(What the task asks) Your answer should hold each line of the material that contains the word "mode".

□ □ □ □ □

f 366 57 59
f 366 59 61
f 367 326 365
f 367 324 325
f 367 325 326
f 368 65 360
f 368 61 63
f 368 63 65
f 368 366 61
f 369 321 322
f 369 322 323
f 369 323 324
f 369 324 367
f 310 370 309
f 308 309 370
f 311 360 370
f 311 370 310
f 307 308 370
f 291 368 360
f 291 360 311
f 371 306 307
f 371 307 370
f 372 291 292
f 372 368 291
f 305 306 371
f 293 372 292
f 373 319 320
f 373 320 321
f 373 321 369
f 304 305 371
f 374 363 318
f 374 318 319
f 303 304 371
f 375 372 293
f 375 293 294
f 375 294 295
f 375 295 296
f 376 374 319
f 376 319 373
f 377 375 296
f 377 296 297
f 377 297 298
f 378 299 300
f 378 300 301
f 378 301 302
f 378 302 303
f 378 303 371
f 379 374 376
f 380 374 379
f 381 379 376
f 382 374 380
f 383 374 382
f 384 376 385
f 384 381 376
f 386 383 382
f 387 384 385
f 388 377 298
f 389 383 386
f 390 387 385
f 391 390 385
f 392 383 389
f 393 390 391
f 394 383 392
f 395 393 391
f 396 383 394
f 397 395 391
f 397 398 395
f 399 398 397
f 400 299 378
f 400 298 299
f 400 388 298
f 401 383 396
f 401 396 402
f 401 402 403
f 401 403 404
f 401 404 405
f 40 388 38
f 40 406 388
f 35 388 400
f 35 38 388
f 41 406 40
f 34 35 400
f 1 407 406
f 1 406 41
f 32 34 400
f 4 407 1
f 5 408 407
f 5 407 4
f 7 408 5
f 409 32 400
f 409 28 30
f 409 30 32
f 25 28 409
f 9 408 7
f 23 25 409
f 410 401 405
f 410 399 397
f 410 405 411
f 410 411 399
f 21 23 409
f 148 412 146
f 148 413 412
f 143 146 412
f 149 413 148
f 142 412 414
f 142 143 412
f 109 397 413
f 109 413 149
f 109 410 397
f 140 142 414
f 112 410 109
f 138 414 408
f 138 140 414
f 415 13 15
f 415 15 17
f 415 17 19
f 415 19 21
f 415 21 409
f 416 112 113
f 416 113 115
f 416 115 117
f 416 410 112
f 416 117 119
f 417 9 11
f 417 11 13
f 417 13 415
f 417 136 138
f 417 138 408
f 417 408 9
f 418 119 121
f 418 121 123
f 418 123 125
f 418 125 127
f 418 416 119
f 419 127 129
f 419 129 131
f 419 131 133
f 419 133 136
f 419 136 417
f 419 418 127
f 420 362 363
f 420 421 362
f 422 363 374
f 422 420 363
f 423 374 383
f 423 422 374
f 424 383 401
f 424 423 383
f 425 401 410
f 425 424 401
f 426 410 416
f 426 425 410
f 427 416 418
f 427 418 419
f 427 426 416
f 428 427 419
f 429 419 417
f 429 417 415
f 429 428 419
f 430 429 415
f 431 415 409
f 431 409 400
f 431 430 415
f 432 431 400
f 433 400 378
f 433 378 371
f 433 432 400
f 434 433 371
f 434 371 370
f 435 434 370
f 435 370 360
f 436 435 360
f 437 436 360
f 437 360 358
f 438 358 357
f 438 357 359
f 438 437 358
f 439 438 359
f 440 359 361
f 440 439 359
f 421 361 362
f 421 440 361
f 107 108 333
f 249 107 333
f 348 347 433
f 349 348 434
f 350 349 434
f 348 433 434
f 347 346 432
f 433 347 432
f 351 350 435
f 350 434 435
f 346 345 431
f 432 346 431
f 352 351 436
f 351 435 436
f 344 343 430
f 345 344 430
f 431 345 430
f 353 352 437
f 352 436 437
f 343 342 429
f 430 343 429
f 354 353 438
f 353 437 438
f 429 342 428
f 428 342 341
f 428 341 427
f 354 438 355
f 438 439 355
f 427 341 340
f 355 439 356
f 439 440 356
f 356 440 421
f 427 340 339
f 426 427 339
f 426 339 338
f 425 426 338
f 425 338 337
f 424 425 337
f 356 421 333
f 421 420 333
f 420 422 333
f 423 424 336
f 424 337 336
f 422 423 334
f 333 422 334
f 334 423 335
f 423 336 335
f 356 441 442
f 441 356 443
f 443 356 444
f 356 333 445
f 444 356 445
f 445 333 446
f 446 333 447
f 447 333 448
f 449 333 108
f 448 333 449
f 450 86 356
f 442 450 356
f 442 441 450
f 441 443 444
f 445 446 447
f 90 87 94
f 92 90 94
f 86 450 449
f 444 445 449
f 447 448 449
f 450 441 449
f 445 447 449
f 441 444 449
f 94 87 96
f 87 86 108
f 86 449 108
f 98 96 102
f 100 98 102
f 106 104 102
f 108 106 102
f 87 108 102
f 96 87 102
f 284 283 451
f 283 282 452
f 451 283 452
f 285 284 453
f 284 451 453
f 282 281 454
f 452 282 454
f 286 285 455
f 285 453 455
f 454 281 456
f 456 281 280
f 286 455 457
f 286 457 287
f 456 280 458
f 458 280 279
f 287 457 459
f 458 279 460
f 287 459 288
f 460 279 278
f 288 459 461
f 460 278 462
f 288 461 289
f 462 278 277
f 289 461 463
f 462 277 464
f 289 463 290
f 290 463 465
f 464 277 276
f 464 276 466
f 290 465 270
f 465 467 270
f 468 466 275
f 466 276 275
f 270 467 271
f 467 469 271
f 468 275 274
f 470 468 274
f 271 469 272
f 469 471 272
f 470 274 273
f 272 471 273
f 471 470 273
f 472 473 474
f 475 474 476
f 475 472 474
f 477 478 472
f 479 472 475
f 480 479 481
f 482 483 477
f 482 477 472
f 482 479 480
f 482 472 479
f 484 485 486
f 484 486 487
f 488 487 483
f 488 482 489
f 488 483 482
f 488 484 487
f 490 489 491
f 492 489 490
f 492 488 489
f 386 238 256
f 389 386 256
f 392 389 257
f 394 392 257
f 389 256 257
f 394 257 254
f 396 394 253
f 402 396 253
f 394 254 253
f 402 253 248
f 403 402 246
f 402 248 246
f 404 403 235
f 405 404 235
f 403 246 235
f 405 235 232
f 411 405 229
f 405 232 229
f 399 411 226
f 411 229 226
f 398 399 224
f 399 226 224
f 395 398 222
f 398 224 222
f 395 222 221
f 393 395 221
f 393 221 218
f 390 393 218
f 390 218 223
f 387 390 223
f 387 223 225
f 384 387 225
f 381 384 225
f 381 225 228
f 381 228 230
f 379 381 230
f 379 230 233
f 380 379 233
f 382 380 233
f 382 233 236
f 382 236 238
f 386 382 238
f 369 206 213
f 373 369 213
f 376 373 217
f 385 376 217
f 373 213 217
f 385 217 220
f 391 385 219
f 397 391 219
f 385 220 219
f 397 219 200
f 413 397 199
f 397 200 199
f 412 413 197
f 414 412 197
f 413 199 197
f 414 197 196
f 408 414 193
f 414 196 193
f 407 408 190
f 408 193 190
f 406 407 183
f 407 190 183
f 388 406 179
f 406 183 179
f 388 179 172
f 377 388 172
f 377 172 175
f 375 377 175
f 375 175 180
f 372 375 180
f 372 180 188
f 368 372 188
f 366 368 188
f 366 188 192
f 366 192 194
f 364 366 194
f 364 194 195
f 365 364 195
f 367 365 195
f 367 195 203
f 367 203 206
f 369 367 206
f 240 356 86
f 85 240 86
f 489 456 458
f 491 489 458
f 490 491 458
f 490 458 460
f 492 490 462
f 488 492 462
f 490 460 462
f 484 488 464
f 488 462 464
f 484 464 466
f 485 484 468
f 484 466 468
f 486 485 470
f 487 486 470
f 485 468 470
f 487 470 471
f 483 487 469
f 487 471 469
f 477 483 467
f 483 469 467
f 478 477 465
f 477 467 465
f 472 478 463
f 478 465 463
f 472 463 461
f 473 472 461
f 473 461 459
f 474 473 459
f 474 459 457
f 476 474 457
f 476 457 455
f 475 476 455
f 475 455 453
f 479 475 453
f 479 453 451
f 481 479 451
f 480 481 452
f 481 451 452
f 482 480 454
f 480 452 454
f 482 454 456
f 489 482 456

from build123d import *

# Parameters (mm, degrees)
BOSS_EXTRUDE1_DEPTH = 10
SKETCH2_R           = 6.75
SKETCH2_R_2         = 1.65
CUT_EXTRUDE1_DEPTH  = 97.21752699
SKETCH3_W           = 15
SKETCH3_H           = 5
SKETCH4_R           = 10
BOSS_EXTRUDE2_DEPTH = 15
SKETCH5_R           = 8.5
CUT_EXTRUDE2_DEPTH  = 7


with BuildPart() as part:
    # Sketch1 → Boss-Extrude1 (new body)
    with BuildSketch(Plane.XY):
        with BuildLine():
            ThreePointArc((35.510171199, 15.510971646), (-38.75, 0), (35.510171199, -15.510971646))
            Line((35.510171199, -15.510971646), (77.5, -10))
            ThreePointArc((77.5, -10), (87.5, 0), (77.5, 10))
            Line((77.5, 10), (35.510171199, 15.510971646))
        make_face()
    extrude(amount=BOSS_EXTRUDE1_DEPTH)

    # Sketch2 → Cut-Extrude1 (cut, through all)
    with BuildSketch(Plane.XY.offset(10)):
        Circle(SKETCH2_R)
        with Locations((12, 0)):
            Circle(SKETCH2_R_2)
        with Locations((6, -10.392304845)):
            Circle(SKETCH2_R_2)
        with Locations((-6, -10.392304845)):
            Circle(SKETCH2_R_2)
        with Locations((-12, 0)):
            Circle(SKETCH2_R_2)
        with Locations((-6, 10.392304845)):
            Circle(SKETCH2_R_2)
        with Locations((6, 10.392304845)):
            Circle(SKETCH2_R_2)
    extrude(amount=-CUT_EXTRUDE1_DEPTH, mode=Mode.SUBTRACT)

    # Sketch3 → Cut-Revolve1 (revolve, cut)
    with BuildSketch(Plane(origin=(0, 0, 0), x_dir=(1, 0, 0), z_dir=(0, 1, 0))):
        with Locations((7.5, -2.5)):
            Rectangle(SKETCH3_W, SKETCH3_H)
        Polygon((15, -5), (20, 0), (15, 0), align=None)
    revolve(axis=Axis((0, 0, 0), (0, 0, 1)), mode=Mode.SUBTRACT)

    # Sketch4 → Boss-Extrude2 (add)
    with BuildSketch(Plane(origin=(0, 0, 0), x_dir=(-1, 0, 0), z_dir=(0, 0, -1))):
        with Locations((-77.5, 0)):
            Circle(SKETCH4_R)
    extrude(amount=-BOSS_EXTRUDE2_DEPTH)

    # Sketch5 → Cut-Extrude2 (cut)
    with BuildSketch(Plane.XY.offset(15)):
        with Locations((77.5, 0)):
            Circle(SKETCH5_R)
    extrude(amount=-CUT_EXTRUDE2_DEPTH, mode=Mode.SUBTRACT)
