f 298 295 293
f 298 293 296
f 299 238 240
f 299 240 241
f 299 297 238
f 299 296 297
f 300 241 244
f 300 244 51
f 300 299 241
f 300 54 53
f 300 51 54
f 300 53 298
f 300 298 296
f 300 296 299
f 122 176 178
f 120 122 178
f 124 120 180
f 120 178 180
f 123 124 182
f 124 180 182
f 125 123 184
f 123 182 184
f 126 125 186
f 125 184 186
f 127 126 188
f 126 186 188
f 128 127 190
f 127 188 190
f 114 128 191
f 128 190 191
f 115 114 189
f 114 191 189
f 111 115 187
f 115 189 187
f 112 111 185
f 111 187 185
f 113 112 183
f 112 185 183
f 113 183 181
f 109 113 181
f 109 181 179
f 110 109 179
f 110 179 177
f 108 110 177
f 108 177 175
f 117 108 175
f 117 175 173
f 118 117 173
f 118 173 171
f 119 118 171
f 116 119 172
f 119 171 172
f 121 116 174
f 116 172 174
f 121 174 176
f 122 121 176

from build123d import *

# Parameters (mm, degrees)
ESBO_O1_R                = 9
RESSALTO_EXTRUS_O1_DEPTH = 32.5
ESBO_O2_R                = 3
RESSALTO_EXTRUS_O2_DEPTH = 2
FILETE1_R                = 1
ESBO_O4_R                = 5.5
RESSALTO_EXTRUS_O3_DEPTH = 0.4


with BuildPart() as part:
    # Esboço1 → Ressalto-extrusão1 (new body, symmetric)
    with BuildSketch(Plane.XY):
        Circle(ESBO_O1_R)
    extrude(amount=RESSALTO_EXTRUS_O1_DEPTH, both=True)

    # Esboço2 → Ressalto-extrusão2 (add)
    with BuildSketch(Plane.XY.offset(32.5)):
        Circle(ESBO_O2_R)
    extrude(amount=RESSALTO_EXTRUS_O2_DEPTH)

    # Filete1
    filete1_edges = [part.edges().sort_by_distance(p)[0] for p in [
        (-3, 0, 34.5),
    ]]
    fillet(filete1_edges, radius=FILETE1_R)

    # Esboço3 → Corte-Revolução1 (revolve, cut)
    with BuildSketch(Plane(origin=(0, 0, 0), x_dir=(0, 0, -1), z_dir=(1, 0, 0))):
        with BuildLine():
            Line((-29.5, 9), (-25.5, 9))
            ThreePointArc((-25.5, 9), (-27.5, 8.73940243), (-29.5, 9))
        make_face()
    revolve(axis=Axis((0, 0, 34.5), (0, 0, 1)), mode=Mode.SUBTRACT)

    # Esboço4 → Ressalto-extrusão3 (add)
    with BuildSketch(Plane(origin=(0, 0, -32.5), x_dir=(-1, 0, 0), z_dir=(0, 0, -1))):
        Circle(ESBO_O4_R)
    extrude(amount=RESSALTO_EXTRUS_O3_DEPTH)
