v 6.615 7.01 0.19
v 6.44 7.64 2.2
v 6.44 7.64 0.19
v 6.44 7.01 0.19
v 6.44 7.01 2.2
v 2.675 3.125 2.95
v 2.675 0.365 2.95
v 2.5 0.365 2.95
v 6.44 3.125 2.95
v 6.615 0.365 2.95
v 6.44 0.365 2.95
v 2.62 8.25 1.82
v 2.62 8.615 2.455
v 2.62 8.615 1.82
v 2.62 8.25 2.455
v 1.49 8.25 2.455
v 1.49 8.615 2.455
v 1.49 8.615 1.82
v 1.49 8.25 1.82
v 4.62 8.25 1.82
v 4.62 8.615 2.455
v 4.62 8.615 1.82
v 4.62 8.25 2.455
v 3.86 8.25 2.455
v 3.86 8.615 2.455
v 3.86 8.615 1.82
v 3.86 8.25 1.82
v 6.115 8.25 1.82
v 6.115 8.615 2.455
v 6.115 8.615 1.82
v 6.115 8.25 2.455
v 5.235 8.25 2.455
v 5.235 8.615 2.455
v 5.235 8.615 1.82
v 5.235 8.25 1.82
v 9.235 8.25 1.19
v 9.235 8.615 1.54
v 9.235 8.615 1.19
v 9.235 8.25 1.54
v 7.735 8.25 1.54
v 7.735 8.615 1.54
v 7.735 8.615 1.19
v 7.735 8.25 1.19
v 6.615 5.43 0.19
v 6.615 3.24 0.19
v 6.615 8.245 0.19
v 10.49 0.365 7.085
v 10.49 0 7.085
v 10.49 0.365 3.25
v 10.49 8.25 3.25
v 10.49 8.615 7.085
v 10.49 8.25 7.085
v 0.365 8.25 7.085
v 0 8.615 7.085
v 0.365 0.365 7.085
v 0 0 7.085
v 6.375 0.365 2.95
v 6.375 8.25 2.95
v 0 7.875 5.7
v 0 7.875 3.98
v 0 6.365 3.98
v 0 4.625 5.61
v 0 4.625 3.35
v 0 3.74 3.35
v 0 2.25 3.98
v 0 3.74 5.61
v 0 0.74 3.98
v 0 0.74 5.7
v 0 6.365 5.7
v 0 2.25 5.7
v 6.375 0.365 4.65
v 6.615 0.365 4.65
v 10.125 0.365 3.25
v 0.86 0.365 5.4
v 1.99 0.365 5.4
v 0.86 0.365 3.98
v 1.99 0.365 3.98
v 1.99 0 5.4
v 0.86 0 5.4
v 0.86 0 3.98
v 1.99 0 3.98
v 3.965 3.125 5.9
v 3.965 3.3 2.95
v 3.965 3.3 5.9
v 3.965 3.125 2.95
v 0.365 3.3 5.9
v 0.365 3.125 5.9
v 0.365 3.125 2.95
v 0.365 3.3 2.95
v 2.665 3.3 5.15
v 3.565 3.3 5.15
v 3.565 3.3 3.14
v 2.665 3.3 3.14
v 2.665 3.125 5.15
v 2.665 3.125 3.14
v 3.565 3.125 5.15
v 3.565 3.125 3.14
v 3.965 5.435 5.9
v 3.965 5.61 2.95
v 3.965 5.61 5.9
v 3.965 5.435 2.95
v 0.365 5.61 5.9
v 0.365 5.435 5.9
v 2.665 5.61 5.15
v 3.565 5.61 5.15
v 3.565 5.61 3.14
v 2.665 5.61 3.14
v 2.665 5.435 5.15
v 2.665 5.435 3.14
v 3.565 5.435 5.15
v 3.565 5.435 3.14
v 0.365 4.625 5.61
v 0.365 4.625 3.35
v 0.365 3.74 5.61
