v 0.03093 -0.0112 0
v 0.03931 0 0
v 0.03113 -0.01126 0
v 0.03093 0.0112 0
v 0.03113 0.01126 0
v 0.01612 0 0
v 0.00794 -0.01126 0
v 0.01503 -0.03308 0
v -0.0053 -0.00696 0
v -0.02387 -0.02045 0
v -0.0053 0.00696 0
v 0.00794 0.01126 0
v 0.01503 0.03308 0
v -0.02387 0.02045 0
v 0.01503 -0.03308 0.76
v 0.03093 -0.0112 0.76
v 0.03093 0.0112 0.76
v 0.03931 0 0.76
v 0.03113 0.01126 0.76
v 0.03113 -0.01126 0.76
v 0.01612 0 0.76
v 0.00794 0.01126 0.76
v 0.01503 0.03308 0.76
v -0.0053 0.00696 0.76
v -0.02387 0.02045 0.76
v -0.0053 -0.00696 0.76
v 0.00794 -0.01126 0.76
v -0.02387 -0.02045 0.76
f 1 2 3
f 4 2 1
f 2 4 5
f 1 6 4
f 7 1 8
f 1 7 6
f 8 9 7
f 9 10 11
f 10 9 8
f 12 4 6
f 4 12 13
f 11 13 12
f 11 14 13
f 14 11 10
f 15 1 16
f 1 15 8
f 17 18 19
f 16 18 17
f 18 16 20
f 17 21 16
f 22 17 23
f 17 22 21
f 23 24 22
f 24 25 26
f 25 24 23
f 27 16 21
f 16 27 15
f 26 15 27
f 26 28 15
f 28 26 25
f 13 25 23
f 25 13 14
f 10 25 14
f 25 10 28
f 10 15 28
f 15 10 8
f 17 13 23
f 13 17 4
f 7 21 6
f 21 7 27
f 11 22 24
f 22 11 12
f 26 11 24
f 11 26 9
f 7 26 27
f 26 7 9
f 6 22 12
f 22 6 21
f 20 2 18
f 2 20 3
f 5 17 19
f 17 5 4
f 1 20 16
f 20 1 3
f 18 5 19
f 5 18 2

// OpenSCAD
EPS = 0.01;

module loop0() {
    translate([0.035526315789473684, 0, 0])
    circle(r=0.034786184210526316);
}

module loop1() {
    translate([0.035526315789473684, 0, 0])
    circle(r=0.011842105263157895);
}

module loop2() {
    translate([0.011842105263157895, 0, 0])
    circle(r=0.011842105263157895);
}

module solid0() {
    difference() {
        linear_extrude(height=0.75 + EPS)
        loop0();
        linear_extrude(height=0.75 + EPS)
        loop1();
    }
}

module solid1() {
    linear_extrude(height=0.75 + EPS)
    loop2();
}

translate([-0.03125, 0, 0])
union() {
    solid0();
    translate([0.015625 - (-0.03125), 0, 0])
    solid1();
}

□ □ □ □ □

(Expected answer)
    extrude(amount=-CUT_EXTRUDE1_DEPTH, mode=Mode.SUBTRACT)
    revolve(axis=Axis((0, 0, 0), (0, 0, 1)), mode=Mode.SUBTRACT)
    extrude(amount=-CUT_EXTRUDE2_DEPTH, mode=Mode.SUBTRACT)
    revolve(axis=Axis((0, 0, 34.5), (0, 0, 1)), mode=Mode.SUBTRACT)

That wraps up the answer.